Some path settings were removed due to character limits.


On average about 500 qps

This is the first challenge. A single (fast) HDD goes only 200-250 IOPS.

in your iostat dump, we see sda8 is doing 165 IOPS, not bad at all for a replicated disk. Still, the average queue size is very small, and the average wait and average service time are little more than 3msec. In other words, the disc isn't a bottleneck, at least not at the moment you ran iostat.

Obviously, the RAM buffers and other InnoDB optimizations are already at work reducing drastically the amount of IO requests (otherwise, you'd be trying to do 500 requests, and sda8 wouldn't be able to service so fast).

So, what's your problem?

Edit:

ok, the numbers at heavy load paint a totally different picture, where the number of IOs pile up and response time suffers a lot. Definitely a case for some hardware redo.

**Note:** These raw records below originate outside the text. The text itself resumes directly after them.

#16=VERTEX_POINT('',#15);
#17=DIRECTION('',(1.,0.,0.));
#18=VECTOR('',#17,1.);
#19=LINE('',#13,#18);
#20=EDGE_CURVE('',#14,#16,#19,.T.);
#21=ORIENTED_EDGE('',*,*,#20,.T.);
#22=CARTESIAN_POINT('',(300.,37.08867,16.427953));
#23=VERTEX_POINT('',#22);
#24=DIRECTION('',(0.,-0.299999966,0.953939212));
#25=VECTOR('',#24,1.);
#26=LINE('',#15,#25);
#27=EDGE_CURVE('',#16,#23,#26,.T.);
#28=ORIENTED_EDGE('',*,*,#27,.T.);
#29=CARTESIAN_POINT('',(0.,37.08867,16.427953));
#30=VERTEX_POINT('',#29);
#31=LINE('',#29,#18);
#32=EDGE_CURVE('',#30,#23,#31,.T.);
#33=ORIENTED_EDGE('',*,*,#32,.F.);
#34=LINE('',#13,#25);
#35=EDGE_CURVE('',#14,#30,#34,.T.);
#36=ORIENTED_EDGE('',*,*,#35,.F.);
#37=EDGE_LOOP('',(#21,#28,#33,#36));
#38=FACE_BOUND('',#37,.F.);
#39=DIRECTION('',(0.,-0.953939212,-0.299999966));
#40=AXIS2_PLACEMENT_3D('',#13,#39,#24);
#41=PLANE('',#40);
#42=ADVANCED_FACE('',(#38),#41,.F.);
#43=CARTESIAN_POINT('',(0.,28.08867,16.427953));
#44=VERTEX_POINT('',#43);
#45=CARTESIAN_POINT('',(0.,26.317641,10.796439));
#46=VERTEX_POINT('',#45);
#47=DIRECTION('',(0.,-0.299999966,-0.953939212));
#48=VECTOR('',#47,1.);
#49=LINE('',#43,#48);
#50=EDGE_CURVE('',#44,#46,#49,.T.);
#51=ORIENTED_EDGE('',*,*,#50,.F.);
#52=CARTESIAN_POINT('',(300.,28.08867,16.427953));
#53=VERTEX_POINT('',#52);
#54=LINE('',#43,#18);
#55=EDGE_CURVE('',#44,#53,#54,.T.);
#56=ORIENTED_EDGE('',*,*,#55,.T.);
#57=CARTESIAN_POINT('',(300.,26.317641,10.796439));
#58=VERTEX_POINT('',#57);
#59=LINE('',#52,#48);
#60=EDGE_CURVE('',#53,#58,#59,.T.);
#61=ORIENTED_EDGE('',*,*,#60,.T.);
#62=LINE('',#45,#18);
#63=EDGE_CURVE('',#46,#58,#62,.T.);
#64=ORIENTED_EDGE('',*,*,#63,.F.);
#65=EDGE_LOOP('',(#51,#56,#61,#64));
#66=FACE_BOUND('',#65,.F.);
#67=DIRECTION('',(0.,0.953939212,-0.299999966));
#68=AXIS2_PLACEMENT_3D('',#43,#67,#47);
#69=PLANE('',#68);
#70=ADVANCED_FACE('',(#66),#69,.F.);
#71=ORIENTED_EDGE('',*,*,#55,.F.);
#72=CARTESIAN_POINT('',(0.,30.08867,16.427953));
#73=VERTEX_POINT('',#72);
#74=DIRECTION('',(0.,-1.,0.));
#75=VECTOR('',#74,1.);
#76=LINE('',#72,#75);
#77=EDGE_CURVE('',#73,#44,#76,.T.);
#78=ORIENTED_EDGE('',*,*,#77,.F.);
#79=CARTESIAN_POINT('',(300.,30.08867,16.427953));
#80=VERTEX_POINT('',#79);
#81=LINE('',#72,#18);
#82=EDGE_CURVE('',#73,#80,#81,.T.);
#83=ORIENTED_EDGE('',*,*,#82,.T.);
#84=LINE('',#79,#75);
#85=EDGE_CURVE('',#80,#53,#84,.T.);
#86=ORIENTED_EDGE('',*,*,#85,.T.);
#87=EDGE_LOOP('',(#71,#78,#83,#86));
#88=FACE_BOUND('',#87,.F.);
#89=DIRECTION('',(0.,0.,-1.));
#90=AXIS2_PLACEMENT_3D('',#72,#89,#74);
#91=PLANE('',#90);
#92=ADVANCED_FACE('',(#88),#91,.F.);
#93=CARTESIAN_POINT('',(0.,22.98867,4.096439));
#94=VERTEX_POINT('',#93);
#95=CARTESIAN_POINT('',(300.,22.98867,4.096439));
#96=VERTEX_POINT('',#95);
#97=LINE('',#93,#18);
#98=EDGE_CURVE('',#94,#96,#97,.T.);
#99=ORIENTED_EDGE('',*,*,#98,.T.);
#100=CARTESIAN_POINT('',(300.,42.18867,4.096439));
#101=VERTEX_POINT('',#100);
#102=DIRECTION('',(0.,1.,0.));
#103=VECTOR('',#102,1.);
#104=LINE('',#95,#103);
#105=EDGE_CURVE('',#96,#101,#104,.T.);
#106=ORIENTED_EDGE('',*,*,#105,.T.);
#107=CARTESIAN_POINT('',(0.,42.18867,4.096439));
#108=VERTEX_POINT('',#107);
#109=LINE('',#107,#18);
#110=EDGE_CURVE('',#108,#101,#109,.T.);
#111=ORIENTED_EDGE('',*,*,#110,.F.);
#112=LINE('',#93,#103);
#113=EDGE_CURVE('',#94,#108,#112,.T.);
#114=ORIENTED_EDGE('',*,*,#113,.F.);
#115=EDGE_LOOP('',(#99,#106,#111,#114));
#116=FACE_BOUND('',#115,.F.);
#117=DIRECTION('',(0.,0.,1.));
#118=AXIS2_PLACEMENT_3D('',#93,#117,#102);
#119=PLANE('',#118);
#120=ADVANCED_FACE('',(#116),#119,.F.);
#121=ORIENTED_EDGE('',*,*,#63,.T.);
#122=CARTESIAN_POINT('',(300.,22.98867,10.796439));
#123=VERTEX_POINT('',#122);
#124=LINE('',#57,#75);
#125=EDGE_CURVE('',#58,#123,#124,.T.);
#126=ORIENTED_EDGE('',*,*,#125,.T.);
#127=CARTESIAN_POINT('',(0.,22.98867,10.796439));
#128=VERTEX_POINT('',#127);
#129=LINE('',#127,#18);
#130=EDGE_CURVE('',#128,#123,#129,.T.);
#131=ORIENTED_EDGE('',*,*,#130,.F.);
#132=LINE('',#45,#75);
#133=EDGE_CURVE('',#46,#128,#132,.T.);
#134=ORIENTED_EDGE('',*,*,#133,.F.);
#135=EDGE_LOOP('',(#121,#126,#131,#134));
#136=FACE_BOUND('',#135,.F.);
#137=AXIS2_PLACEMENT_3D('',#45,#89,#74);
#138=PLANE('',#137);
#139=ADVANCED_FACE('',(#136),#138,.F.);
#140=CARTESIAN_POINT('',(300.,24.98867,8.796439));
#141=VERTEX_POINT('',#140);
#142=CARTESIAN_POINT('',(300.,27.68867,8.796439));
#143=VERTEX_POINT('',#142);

first, i'd reevaluate DRBD. Three options:

  1. keep DRBD, but get better latency between hosts. either 10GbE, or some fancier connection. I'd say InfiniBand could be an option.
  2. replace DRBD with some external shared storage (SAN storage). One that could give a high number of IOPS. iSCSI on ethernet won't cut it. Either high-end FC, or shared SAS.
  3. consider DB replication instead of sharing storage. That way, storage would be local to the DB, and the latency would be local too. The replication happens 'after the fact', so it doesn't affect IOPS.

Then, no matter which solution you choose, you still need a lot more IOPS than what your current disks can provide.

There are two main ways to get high IOPS:

  1. Add more spindles. Usually in a RAID10, the IOPS you can get is roughly the sum of the IOPS of all active disks. That's why high-RPM disks are available in so low capacities, you usually want lots and lots of disks to get higer speed. 20-30 drives just to add up the spindles are not unheard of; that's the number you would need to get into the ~6000 IPS ballpark. (a 15kRPM disk gives 180-250 IOPS)
  2. Use SSD. A high-end flash drive can get 20,000 IOPS. Be sure to use 'server' SSDs, the ones used for workstations would die in a few months. See the difference between SLC and MLC, for example, Intel's X-25E vs. X-25M.

165 IOPS? Where do you read that from? I think you miscalculated by adding rrqm (read request merges) and wrqm (write request merges) instead of using r/s + w/s (real IOPS by disk). Additionally the disk is only at 21% utilization - that usually not a sign to add more spindles. Everything below 70% for a given LUN can be considered OK.

Apparently only a small portion of the queries are hitting the spindles.